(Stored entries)
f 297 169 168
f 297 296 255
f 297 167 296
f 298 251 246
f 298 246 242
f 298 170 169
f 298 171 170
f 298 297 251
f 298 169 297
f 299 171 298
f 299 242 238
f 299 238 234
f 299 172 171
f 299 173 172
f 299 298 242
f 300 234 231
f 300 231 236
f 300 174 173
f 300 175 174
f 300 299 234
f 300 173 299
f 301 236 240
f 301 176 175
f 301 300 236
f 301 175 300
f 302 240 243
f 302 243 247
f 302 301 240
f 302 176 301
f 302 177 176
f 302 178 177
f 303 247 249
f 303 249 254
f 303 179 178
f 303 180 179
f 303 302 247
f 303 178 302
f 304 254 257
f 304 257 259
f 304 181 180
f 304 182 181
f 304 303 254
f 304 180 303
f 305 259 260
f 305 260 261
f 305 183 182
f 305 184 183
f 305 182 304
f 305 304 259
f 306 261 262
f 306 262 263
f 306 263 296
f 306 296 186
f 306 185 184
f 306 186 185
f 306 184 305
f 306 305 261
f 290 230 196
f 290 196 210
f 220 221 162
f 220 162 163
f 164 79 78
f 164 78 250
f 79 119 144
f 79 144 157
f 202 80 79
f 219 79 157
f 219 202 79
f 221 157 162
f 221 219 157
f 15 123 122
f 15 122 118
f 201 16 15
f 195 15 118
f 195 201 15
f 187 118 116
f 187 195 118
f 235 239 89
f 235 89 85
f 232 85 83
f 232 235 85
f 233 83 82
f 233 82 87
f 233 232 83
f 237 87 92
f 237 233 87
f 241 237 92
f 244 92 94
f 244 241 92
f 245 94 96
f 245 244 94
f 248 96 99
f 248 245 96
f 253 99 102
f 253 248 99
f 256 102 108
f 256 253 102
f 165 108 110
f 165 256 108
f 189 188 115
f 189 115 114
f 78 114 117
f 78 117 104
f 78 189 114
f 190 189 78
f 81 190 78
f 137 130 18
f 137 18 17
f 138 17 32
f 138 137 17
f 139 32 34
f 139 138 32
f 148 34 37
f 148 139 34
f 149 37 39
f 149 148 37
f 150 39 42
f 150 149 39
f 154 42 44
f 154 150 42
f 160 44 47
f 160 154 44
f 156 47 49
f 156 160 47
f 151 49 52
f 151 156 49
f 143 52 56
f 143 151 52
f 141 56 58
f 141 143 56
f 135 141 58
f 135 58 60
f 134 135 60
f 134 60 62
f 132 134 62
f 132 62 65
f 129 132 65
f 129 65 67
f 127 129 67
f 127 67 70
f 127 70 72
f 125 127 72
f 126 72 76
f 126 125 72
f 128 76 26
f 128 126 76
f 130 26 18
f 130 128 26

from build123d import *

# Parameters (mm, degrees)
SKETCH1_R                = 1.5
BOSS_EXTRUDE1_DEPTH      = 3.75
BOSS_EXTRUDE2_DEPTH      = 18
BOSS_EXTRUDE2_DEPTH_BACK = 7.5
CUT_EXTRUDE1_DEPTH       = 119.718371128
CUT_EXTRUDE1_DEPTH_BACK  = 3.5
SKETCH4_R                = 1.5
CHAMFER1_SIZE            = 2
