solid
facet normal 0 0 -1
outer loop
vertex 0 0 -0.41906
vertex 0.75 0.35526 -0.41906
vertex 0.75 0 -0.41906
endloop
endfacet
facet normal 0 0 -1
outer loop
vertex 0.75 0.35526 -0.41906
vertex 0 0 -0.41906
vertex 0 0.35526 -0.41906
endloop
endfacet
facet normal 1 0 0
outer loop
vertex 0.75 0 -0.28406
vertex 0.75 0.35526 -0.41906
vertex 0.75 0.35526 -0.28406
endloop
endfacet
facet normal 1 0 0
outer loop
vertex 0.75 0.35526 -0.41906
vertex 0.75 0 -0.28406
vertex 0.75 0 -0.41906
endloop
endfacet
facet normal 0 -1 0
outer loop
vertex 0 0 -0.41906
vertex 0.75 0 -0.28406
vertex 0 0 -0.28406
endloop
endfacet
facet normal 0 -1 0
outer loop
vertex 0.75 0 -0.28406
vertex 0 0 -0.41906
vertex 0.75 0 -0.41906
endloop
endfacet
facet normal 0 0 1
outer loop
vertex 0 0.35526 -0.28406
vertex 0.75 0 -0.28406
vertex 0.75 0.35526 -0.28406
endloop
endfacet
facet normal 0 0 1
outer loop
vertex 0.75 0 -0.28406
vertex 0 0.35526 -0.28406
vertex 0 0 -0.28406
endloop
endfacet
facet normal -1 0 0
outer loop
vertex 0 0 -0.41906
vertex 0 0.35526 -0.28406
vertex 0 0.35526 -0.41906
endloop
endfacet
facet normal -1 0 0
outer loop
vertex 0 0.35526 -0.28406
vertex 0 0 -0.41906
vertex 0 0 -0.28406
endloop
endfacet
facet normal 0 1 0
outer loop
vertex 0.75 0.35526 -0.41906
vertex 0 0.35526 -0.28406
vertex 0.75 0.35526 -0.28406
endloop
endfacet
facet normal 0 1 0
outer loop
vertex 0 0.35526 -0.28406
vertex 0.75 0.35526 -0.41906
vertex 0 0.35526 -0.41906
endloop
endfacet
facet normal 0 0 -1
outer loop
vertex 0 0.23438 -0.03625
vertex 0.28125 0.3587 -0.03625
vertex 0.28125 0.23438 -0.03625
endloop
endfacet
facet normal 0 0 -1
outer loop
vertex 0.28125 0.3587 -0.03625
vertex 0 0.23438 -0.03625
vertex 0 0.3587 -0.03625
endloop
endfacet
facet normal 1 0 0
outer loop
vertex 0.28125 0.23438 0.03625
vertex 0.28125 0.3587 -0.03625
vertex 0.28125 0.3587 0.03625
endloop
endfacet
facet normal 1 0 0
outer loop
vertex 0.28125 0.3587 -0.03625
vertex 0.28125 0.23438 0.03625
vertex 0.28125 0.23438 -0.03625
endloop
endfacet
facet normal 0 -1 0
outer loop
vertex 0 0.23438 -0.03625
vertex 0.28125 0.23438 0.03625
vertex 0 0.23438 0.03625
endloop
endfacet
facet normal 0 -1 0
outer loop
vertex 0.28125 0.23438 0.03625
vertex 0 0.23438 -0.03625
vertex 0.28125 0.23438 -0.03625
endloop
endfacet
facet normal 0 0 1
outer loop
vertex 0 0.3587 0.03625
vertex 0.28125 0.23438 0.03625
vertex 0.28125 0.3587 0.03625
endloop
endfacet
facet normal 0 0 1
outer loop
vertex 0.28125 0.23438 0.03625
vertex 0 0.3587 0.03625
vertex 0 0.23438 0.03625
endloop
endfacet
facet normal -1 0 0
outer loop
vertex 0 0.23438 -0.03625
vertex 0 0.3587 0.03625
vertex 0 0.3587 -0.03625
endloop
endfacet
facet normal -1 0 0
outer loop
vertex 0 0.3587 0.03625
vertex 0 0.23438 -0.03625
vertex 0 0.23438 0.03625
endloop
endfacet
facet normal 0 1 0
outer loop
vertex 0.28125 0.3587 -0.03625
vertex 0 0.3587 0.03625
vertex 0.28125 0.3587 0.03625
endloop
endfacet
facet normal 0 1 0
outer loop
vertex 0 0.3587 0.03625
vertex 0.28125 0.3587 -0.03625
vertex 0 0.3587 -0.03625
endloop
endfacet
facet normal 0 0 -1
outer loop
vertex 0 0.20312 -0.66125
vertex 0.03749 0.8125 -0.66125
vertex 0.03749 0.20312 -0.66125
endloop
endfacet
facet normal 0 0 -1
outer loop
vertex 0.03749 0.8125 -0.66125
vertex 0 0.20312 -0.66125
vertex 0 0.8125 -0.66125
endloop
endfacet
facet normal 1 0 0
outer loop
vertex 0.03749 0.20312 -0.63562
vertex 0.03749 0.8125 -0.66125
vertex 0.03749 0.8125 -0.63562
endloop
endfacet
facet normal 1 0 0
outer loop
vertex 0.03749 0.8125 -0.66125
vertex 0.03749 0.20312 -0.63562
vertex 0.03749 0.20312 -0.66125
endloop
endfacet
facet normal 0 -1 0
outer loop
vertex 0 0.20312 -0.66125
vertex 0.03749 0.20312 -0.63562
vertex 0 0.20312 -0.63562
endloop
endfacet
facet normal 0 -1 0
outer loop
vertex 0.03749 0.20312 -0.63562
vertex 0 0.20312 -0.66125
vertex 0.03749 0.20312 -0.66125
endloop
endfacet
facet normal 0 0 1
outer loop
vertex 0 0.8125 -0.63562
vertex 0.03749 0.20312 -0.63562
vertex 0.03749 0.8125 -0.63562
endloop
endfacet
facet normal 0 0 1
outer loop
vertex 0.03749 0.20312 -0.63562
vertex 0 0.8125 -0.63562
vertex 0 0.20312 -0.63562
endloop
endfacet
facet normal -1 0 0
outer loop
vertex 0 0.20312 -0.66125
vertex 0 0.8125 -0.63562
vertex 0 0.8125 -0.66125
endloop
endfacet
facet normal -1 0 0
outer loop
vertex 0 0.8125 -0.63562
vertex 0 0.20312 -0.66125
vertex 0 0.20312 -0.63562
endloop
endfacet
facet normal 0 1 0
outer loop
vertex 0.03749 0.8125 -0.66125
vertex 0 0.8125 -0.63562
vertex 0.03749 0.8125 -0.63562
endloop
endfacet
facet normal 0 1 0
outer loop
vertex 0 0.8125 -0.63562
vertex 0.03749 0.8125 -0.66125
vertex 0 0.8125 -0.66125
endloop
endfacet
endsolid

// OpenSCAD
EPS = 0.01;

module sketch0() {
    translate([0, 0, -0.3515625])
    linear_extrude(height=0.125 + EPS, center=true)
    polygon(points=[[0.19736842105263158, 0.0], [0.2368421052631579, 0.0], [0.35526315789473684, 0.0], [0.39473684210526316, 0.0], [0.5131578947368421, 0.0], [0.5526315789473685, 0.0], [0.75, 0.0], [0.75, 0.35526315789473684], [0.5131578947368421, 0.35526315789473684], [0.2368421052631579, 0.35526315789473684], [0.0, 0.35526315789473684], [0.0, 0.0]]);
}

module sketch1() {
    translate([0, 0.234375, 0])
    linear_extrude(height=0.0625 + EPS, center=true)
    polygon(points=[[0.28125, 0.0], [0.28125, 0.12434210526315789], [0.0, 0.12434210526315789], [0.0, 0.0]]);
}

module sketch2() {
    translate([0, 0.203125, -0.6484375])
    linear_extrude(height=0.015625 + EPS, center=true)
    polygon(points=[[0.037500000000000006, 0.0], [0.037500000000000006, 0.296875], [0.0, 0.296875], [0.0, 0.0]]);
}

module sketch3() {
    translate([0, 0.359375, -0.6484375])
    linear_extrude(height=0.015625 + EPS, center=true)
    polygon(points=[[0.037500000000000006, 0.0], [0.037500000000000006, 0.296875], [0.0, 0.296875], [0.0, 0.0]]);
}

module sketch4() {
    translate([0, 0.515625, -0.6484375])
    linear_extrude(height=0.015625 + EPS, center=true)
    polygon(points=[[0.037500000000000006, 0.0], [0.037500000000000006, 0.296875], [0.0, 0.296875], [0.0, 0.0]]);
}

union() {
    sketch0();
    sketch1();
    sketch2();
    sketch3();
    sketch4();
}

■ DIRECTIONS ■
In the data above, start at the line that has "f 298 246 242", stop after the line that has "f 132 62 65", and print every line in between exactly as it stands.

■ ANSWER AREA ■
f 298 246 242
f 298 170 169
f 298 171 170
f 298 297 251
f 298 169 297
f 299 171 298
f 299 242 238
f 299 238 234
f 299 172 171
f 299 173 172
f 299 298 242
f 300 234 231
f 300 231 236
f 300 174 173
f 300 175 174
f 300 299 234
f 300 173 299
f 301 236 240
f 301 176 175
f 301 300 236
f 301 175 300
f 302 240 243
f 302 243 247
f 302 301 240
f 302 176 301
f 302 177 176
f 302 178 177
f 303 247 249
f 303 249 254
f 303 179 178
f 303 180 179
f 303 302 247
f 303 178 302
f 304 254 257
f 304 257 259
f 304 181 180
f 304 182 181
f 304 303 254
f 304 180 303
f 305 259 260
f 305 260 261
f 305 183 182
f 305 184 183
f 305 182 304
f 305 304 259
f 306 261 262
f 306 262 263
f 306 263 296
f 306 296 186
f 306 185 184
f 306 186 185
f 306 184 305
f 306 305 261
f 290 230 196
f 290 196 210
f 220 221 162
f 220 162 163
f 164 79 78
f 164 78 250
f 79 119 144
f 79 144 157
f 202 80 79
f 219 79 157
f 219 202 79
f 221 157 162
f 221 219 157
f 15 123 122
f 15 122 118
f 201 16 15
f 195 15 118
f 195 201 15
f 187 118 116
f 187 195 118
f 235 239 89
f 235 89 85
f 232 85 83
f 232 235 85
f 233 83 82
f 233 82 87
f 233 232 83
f 237 87 92
f 237 233 87
f 241 237 92
f 244 92 94
f 244 241 92
f 245 94 96
f 245 244 94
f 248 96 99
f 248 245 96
f 253 99 102
f 253 248 99
f 256 102 108
f 256 253 102
f 165 108 110
f 165 256 108
f 189 188 115
f 189 115 114
f 78 114 117
f 78 117 104
f 78 189 114
f 190 189 78
f 81 190 78
f 137 130 18
f 137 18 17
f 138 17 32
f 138 137 17
f 139 32 34
f 139 138 32
f 148 34 37
f 148 139 34
f 149 37 39
f 149 148 37
f 150 39 42
f 150 149 39
f 154 42 44
f 154 150 42
f 160 44 47
f 160 154 44
f 156 47 49
f 156 160 47
f 151 49 52
f 151 156 49
f 143 52 56
f 143 151 52
f 141 56 58
f 141 143 56
f 135 141 58
f 135 58 60
f 134 135 60
f 134 60 62
f 132 134 62
f 132 62 65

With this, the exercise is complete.